(The records)

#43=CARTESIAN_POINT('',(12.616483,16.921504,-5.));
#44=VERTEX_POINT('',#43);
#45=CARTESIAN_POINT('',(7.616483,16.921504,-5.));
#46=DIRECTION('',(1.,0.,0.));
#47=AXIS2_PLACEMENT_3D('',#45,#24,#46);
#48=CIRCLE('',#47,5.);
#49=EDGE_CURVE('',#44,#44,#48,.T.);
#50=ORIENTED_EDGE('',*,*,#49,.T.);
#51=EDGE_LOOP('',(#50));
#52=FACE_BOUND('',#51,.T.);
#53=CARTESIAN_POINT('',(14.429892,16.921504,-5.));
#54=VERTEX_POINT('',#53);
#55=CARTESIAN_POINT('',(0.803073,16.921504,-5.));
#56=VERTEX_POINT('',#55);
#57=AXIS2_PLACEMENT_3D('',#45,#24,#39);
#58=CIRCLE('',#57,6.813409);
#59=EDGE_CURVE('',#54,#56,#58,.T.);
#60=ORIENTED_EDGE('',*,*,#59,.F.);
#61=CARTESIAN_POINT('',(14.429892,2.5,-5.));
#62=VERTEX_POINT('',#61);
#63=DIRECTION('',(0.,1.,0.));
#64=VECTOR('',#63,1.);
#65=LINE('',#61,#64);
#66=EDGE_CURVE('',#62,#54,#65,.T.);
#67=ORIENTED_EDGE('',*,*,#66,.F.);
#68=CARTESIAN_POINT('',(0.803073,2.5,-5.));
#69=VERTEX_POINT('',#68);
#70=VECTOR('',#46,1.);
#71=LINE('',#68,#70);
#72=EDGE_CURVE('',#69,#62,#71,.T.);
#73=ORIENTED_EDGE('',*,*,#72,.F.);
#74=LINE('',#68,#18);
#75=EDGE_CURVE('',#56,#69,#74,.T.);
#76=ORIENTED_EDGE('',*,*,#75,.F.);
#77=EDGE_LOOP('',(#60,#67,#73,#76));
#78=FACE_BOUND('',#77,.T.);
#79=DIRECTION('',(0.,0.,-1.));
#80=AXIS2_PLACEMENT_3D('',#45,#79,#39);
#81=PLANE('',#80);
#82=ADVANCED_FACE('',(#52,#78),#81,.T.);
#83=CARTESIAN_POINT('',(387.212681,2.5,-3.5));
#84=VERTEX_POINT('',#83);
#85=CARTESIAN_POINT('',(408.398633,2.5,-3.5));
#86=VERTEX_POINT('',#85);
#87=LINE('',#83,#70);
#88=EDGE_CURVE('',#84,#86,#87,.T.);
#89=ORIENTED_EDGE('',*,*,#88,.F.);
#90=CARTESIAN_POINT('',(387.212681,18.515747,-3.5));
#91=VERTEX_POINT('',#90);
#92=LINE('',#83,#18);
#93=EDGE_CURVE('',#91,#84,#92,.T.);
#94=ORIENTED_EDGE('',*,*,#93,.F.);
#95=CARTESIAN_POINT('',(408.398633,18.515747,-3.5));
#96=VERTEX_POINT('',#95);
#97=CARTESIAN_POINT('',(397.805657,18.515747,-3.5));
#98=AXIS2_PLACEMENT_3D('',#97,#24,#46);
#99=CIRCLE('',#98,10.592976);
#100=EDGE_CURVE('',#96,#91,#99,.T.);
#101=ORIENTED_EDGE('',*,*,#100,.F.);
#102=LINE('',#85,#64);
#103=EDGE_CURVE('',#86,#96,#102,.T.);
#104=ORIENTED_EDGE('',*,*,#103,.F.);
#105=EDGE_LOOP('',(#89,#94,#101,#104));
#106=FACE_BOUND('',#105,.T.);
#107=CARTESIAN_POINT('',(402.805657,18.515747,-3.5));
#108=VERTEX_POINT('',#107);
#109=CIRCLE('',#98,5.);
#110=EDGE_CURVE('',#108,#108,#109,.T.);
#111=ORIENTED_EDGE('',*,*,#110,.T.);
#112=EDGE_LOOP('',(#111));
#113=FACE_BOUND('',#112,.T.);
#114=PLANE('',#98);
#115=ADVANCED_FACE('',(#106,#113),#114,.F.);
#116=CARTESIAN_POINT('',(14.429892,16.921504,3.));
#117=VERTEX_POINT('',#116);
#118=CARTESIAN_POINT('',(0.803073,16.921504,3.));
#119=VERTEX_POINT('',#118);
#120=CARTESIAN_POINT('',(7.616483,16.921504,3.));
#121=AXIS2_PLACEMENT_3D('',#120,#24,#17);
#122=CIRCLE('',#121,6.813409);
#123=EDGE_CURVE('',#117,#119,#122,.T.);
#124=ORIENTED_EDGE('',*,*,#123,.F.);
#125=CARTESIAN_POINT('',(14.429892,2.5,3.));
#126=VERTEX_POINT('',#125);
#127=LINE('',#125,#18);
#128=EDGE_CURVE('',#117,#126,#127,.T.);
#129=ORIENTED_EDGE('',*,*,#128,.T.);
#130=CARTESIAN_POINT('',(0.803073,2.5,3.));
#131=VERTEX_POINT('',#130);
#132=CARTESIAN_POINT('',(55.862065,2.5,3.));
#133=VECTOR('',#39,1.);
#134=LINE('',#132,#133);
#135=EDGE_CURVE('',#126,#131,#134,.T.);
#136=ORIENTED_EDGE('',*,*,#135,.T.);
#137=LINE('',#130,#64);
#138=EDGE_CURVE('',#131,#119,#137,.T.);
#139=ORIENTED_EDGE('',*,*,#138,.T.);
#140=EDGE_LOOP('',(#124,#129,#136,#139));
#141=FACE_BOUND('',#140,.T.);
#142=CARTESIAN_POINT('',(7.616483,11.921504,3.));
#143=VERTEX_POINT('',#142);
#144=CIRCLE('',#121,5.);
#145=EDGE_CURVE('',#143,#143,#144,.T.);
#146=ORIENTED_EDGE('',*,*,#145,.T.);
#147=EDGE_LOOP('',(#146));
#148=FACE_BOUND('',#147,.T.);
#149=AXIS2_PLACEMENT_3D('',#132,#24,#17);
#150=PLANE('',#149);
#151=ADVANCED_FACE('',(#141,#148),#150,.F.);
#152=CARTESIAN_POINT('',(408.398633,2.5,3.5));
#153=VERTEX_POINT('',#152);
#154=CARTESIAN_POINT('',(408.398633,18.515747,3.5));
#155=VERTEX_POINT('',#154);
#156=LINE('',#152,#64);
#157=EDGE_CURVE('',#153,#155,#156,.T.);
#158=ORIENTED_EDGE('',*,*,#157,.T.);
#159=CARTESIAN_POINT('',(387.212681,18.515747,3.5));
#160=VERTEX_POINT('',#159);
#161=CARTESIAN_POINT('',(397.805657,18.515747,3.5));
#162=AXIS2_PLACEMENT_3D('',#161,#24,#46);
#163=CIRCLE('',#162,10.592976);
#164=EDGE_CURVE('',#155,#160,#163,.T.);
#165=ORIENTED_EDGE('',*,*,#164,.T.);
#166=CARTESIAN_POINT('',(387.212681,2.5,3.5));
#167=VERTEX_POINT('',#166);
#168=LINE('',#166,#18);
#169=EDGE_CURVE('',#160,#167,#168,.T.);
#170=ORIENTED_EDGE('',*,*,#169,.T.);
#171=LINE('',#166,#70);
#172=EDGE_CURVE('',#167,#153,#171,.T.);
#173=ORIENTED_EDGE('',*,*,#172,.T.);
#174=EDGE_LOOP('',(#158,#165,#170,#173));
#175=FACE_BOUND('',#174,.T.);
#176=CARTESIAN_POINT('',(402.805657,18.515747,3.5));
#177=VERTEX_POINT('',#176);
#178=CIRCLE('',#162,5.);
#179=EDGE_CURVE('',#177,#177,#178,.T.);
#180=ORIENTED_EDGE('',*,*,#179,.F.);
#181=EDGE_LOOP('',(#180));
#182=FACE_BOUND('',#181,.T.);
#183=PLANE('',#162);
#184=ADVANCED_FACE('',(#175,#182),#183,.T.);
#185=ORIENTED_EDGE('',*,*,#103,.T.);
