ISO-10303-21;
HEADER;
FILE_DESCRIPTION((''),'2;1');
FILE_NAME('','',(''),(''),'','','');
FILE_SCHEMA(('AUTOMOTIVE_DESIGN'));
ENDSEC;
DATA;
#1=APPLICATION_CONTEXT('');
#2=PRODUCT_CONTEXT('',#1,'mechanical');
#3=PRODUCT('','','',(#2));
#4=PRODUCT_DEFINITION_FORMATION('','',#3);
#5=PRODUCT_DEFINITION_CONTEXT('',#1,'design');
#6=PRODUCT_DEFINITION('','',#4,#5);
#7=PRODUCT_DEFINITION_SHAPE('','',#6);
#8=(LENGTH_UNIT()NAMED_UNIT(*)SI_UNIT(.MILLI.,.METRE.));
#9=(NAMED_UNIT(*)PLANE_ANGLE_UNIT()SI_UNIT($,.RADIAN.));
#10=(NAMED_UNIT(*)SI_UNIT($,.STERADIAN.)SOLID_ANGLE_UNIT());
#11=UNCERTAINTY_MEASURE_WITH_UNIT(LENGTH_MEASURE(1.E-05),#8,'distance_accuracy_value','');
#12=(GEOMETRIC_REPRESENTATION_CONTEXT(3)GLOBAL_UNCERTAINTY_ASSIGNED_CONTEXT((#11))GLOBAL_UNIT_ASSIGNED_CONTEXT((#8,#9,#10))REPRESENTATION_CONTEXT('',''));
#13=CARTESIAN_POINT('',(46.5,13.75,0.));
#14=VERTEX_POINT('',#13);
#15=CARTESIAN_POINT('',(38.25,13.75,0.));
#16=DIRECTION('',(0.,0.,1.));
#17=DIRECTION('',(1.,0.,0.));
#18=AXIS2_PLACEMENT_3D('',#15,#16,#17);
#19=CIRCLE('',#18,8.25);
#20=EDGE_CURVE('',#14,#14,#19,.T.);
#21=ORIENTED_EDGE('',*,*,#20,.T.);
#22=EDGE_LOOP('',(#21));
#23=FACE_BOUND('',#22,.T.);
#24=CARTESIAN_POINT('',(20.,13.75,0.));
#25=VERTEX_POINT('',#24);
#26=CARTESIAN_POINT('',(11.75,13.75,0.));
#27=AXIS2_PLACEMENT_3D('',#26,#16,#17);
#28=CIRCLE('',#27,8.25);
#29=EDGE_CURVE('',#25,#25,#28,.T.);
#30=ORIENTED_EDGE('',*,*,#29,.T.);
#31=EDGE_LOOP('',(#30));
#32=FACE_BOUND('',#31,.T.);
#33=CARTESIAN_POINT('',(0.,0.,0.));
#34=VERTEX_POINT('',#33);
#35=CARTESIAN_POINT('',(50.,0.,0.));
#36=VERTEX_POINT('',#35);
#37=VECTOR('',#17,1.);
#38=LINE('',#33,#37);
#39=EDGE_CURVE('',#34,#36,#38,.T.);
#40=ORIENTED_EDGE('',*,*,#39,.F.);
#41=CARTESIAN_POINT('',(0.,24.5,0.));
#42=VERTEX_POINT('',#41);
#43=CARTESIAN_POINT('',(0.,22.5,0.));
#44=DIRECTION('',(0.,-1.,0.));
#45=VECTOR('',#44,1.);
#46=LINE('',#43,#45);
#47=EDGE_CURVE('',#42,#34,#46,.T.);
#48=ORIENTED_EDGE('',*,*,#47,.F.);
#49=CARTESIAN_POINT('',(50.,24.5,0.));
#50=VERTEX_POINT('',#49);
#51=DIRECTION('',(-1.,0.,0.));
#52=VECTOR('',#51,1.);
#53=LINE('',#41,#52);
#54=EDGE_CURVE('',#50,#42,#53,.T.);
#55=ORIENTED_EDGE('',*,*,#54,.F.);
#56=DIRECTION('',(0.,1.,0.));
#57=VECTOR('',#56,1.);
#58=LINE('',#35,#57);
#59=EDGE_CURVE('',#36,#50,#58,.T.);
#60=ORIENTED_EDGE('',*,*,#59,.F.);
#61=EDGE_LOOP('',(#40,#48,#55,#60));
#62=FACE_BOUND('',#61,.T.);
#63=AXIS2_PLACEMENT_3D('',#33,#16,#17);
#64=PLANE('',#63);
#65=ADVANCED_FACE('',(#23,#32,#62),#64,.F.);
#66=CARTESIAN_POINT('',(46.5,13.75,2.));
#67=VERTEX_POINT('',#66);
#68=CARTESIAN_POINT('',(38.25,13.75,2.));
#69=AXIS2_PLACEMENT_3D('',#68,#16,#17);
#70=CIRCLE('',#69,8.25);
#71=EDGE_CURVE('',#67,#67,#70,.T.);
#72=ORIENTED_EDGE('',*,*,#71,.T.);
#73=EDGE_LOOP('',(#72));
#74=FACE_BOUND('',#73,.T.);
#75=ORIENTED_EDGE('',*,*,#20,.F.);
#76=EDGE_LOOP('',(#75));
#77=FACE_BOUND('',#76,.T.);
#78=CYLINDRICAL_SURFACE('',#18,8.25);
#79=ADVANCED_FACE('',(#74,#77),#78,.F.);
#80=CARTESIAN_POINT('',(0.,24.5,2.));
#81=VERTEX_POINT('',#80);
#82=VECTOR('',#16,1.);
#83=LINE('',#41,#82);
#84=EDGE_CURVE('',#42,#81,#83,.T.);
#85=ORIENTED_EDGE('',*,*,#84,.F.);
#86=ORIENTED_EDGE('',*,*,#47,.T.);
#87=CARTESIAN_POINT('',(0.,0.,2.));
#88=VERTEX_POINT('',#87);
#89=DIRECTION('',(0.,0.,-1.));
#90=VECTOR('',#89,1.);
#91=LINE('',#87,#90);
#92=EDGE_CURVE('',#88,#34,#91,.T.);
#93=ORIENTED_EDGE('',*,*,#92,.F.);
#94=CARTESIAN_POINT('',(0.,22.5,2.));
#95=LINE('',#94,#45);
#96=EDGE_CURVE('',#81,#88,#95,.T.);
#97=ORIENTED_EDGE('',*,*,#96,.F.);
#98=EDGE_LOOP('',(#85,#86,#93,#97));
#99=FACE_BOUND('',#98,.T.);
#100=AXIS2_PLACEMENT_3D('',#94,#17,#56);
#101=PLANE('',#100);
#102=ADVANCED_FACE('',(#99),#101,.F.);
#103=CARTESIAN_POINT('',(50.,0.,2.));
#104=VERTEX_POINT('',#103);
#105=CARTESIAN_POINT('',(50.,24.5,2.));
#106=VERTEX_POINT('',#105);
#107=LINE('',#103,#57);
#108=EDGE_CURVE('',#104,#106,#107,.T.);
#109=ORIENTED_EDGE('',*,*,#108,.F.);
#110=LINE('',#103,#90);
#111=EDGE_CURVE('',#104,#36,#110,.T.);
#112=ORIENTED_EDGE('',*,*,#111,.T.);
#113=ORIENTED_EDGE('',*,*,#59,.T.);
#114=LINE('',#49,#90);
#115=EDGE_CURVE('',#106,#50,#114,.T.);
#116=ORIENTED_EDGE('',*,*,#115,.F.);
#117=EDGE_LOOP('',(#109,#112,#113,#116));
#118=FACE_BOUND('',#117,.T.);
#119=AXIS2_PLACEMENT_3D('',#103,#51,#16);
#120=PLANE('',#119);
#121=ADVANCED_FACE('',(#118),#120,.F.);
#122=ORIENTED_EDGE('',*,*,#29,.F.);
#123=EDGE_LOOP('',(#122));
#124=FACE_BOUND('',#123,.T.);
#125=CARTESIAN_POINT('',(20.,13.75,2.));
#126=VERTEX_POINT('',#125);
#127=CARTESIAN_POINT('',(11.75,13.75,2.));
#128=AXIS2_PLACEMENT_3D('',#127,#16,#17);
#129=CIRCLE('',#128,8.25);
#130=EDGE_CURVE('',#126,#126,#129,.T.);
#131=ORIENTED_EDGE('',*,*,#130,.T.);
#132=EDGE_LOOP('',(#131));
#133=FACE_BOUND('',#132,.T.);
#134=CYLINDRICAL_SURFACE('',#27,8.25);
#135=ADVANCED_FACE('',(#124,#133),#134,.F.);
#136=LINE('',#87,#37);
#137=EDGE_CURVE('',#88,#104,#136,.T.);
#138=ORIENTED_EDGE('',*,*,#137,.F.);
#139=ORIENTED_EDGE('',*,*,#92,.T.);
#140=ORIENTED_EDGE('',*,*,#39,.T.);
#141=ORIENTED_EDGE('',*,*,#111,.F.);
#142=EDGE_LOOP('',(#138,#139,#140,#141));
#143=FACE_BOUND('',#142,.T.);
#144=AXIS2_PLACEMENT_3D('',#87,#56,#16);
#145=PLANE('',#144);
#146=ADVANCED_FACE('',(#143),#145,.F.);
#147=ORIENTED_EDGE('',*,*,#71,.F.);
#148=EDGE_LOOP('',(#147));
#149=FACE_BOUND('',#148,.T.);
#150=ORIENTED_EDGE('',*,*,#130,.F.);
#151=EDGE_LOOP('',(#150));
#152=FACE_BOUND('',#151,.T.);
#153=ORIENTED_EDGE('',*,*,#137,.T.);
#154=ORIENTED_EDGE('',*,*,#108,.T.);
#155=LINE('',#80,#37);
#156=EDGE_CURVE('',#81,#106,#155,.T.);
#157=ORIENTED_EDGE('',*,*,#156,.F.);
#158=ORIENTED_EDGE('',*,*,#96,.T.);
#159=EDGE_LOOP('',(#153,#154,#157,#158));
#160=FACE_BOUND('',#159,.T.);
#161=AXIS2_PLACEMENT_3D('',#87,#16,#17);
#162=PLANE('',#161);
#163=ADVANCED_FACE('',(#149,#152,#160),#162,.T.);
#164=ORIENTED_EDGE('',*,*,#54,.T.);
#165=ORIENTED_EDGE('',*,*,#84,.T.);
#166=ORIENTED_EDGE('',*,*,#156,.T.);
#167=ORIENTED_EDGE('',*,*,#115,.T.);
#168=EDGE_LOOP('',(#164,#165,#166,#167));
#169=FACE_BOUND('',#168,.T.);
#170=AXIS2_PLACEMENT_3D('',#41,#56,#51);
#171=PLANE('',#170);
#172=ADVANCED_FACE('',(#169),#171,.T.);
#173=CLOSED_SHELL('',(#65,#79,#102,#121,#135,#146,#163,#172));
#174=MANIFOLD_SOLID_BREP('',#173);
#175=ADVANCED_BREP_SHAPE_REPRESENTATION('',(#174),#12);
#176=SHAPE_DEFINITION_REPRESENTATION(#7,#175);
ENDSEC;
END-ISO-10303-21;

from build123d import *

# Parameters (mm, degrees)
SKETCH1_W           = 50
SKETCH1_H           = 22.5
BOSS_EXTRUDE1_DEPTH = 2
SKETCH2_R           = 8.25
CUT_EXTRUDE1_DEPTH  = 2
SKETCH3_W           = 50
SKETCH3_H           = 2
BOSS_EXTRUDE2_DEPTH = 2


with BuildPart() as part:
    # Sketch1 → Boss-Extrude1 (new body)
    with BuildSketch(Plane.XY):
        with Locations((25, 11.25)):
            Rectangle(SKETCH1_W, SKETCH1_H)
    extrude(amount=BOSS_EXTRUDE1_DEPTH)

    # Sketch2 → Cut-Extrude1 (cut)
    with BuildSketch(Plane.XY.offset(2)):
        with Locations((11.75, 13.75)):
            Circle(SKETCH2_R)
        with Locations((38.25, 13.75)):
            Circle(SKETCH2_R)
    extrude(amount=-CUT_EXTRUDE1_DEPTH, mode=Mode.SUBTRACT)

    # Sketch3 → Boss-Extrude2 (add)
    with BuildSketch(Plane(origin=(0, 22.5, 0), x_dir=(1, 0, 0), z_dir=(0, 1, 0))):
        with Locations((25, -1)):
            Rectangle(SKETCH3_W, SKETCH3_H)
    extrude(amount=BOSS_EXTRUDE2_DEPTH)


solid = part.part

(End The records)

**About this exercise:** Would you output, from the records above, exactly the run of lines that starts at the line containing "#139=ORIENTED_EDGE('',*,*,#92,.T.);" and ends at the line containing "#173=CLOSED_SHELL('',(#65,#79,#102,#121,#135,#146,#163,#172));", and only that run?

**Response:**
#139=ORIENTED_EDGE('',*,*,#92,.T.);
#140=ORIENTED_EDGE('',*,*,#39,.T.);
#141=ORIENTED_EDGE('',*,*,#111,.F.);
#142=EDGE_LOOP('',(#138,#139,#140,#141));
#143=FACE_BOUND('',#142,.T.);
#144=AXIS2_PLACEMENT_3D('',#87,#56,#16);
#145=PLANE('',#144);
#146=ADVANCED_FACE('',(#143),#145,.F.);
#147=ORIENTED_EDGE('',*,*,#71,.F.);
#148=EDGE_LOOP('',(#147));
#149=FACE_BOUND('',#148,.T.);
#150=ORIENTED_EDGE('',*,*,#130,.F.);
#151=EDGE_LOOP('',(#150));
#152=FACE_BOUND('',#151,.T.);
#153=ORIENTED_EDGE('',*,*,#137,.T.);
#154=ORIENTED_EDGE('',*,*,#108,.T.);
#155=LINE('',#80,#37);
#156=EDGE_CURVE('',#81,#106,#155,.T.);
#157=ORIENTED_EDGE('',*,*,#156,.F.);
#158=ORIENTED_EDGE('',*,*,#96,.T.);
#159=EDGE_LOOP('',(#153,#154,#157,#158));
#160=FACE_BOUND('',#159,.T.);
#161=AXIS2_PLACEMENT_3D('',#87,#16,#17);
#162=PLANE('',#161);
#163=ADVANCED_FACE('',(#149,#152,#160),#162,.T.);
#164=ORIENTED_EDGE('',*,*,#54,.T.);
#165=ORIENTED_EDGE('',*,*,#84,.T.);
#166=ORIENTED_EDGE('',*,*,#156,.T.);
#167=ORIENTED_EDGE('',*,*,#115,.T.);
#168=EDGE_LOOP('',(#164,#165,#166,#167));
#169=FACE_BOUND('',#168,.T.);
#170=AXIS2_PLACEMENT_3D('',#41,#56,#51);
#171=PLANE('',#170);
#172=ADVANCED_FACE('',(#169),#171,.T.);
#173=CLOSED_SHELL('',(#65,#79,#102,#121,#135,#146,#163,#172));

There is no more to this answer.